Spanish actress (born 1952)

Chelo Vivares (born Consuelo Vivares; 21 April 1952) is a Spanish actress who played Espinete on Barrio Sésamo, the Spanish version of Sesame Street, from 1983 until 1987.

==Biography==

As a TV actor

Vivares began her career as an actress in Spanish television, making guest appearances on TV series such as Cuentos y leyendas (1975), La señora García se confiesa (1976) and even the prestigious Estudio 1 (1983). In 1979, she entered the dubbing field as a voice actress, first in the Peter Falk movie The In-Laws (dubbing Nancy Dussault), and then as minor characters in Fame.

In 1983, Vivares joined Barrio Sésamo as principal puppeteer, performing the full-bodied Espinete, the most identifiable Muppet on the series. Her work as Espinete kept her pre-occupied, but when Barrio Sésamo was cancelled in 1987, Vivares went back behind the microphone, dubbing Penelope Sudrow in the movie A Nightmare on Elm Street 3. She also reprised Espinete in a theatre version of Barrio Sésamo during the late 1980s, touring through Spain alongside other actors from the series such as Sánchez and José Riesgo.
On-camera, Vivares played a dressmaker in the final episode of the Spanish series Farmacia de guardia (1995).She made multiple guest appearances on the TV crime drama El Comisario, notably as the distraught mother of a kidnapped child.

Voice acting

Vivares became more prolific as a voice actress, most often dubbing child roles or young male actors, such as the character Tommy in The Punisher (with Dolph Lundgren) and Peter Brady on The Brady Bunch.
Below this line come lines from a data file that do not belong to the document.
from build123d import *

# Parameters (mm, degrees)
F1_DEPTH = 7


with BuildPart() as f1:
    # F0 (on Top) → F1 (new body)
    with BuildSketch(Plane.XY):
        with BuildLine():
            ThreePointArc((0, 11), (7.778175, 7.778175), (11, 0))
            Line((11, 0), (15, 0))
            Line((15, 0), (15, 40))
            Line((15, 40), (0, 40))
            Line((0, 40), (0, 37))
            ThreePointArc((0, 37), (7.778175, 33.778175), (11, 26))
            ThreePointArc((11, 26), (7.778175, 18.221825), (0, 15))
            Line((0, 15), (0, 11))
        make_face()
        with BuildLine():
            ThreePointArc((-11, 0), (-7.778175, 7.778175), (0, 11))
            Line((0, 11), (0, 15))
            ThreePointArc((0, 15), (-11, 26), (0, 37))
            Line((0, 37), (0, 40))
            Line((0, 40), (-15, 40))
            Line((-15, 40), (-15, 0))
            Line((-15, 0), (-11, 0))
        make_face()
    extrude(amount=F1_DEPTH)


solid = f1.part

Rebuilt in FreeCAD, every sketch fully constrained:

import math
import FreeCAD as App
import Part
import Sketcher

V = App.Vector

doc = App.newDocument("Part")
body = doc.addObject("PartDesign::Body", "Body")

# Sketch on XY plane
sketch1 = body.newObject("Sketcher::SketchObject", "Sketch")
sketch1.AttachmentSupport = (doc.getObject("XY_Plane"), [""])
sketch1.MapMode = "FlatFace"
sketch1.addGeometry(Part.ArcOfCircle(Part.Circle(V(0.000001, 0.000001, 0), V(0, 0, 1), 10.999999), math.radians(-0.000007), math.radians(90.000007)), False)
sketch1.addGeometry(Part.LineSegment(V(11, 0, 0), V(15, 0, 0)), False)
sketch1.addGeometry(Part.LineSegment(V(15, 0, 0), V(15, 40, 0)), False)
sketch1.addGeometry(Part.LineSegment(V(15, 40, 0), V(-15, 40, 0)), False)
sketch1.addGeometry(Part.LineSegment(V(-15, 40, 0), V(-15, 0, 0)), False)
sketch1.addGeometry(Part.LineSegment(V(-15, 0, 0), V(-11, 0, 0)), False)
sketch1.addGeometry(Part.ArcOfCircle(Part.Circle(V(-0.000001, 0.000001, 0), V(0, 0, 1), 10.999999), math.radians(89.999993), math.radians(180.000007)), False)
sketch1.addGeometry(Part.ArcOfCircle(Part.Circle(V(0.000001, 26.000001, 0), V(0, 0, 1), 10.999999), math.radians(-0.000007), math.radians(90.000007)), False)
sketch1.addGeometry(Part.ArcOfCircle(Part.Circle(V(0.000001, 25.999999, 0), V(0, 0, 1), 10.999999), math.radians(-90.000007), math.radians(0.000007)), False)
sketch1.addGeometry(Part.ArcOfCircle(Part.Circle(V(0, 26, 0), V(0, 0, 1), 11), math.radians(90), math.radians(270)), False)
sketch1.addConstraint(Sketcher.Constraint("Coincident", 0, 1, 1, 1))
sketch1.addConstraint(Sketcher.Constraint("Coincident", 1, 2, 2, 1))
sketch1.addConstraint(Sketcher.Constraint("Coincident", 2, 2, 3, 1))
sketch1.addConstraint(Sketcher.Constraint("Coincident", 3, 2, 4, 1))
sketch1.addConstraint(Sketcher.Constraint("Coincident", 4, 2, 5, 1))
sketch1.addConstraint(Sketcher.Constraint("Coincident", 5, 2, 6, 2))
sketch1.addConstraint(Sketcher.Constraint("Tangent", 6, 1, 0, 2))
sketch1.addConstraint(Sketcher.Constraint("Tangent", 7, 1, 8, 2))
sketch1.addConstraint(Sketcher.Constraint("Tangent", 8, 1, 9, 2))
sketch1.addConstraint(Sketcher.Constraint("Tangent", 9, 1, 7, 2))
sketch1.addConstraint(Sketcher.Constraint("Horizontal", 1))
sketch1.addConstraint(Sketcher.Constraint("Vertical", 2))
sketch1.addConstraint(Sketcher.Constraint("Horizontal", 3))
sketch1.addConstraint(Sketcher.Constraint("Vertical", 4))
sketch1.addConstraint(Sketcher.Constraint("Horizontal", 5))
sketch1.addConstraint(Sketcher.Constraint("Coincident", 0, 3, -1, 1))
sketch1.addConstraint(Sketcher.Constraint("Equal", 0, 6))
sketch1.addConstraint(Sketcher.Constraint("Equal", 6, 7))
sketch1.addConstraint(Sketcher.Constraint("Symmetric", 1, 2, 4, 2, -1, 1))
sketch1.addConstraint(Sketcher.Constraint("PointOnObject", 7, 3, -2))
sketch1.addConstraint(Sketcher.Constraint("PointOnObject", 0, 1, -1))
sketch1.addConstraint(Sketcher.Constraint("PointOnObject", 6, 1, -2))
sketch1.addConstraint(Sketcher.Constraint("PointOnObject", 8, 1, -2))
sketch1.addConstraint(Sketcher.Constraint("PointOnObject", 9, 1, -2))
sketch1.addConstraint(Sketcher.Constraint("Horizontal", 9, 3, 7, 1))
sketch1.addConstraint(Sketcher.Constraint("Radius", 0, 10.999999))
sketch1.addConstraint(Sketcher.Constraint("DistanceX", 1, 1, 1, 2, 4.0))
sketch1.addConstraint(Sketcher.Constraint("DistanceY", 2, 1, 2, 2, 40.0))
sketch1.addConstraint(Sketcher.Constraint("DistanceY", -1, 1, 7, 3, 26.000001))
pad1 = body.newObject("PartDesign::Pad", "Pad")
pad1.Profile = sketch1
pad1.Length = 7

doc.recompute()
Her most substantial work was on The Simpsons as Ralph Wiggum, Todd Flanders, Martin Prince, Itchy, and others. Other animation dub credits include Bucky the squirrel in Disney's The Emperor's New Groove, Amy Wong on Futurama, Mandark on Dexter's Laboratory, Tails on Sonic the Hedgehog, Stan Marsh on South Park, and Sailor Neptune on Sailor Moon. Vivares was also heard in the original Spanish animated features La Leyenda del Viento del Norte (1992) and ¡Qué vecinos tan animales! (1998, Maite Ruiz de Austri) as Nicky, the little mouse (with fellow Barrio Sésamo puppeteer Emma Cohen as the mother mouse). She also voiced the principal character of "la señorita Ofelia" in multiple computer games adapting the Spanish comic-book Mortadelo y Filemón.
Vivares continues to work primarily as a voice actress, however, dubbing the characters of Moaning Myrtle in the Harry Potter movies, Chloe on Smallville, and parts on Sabrina the Teenage Witch and Charmed. She also usually dubs into Castilian Spanish the actresses Ariane Ascaride and Shirley Henderson.

===Personal life===
Vivares was married to Juan Ramón Sánchez, who played Chema the baker on Barrio Sésamo, from 1979 until his death in 2008.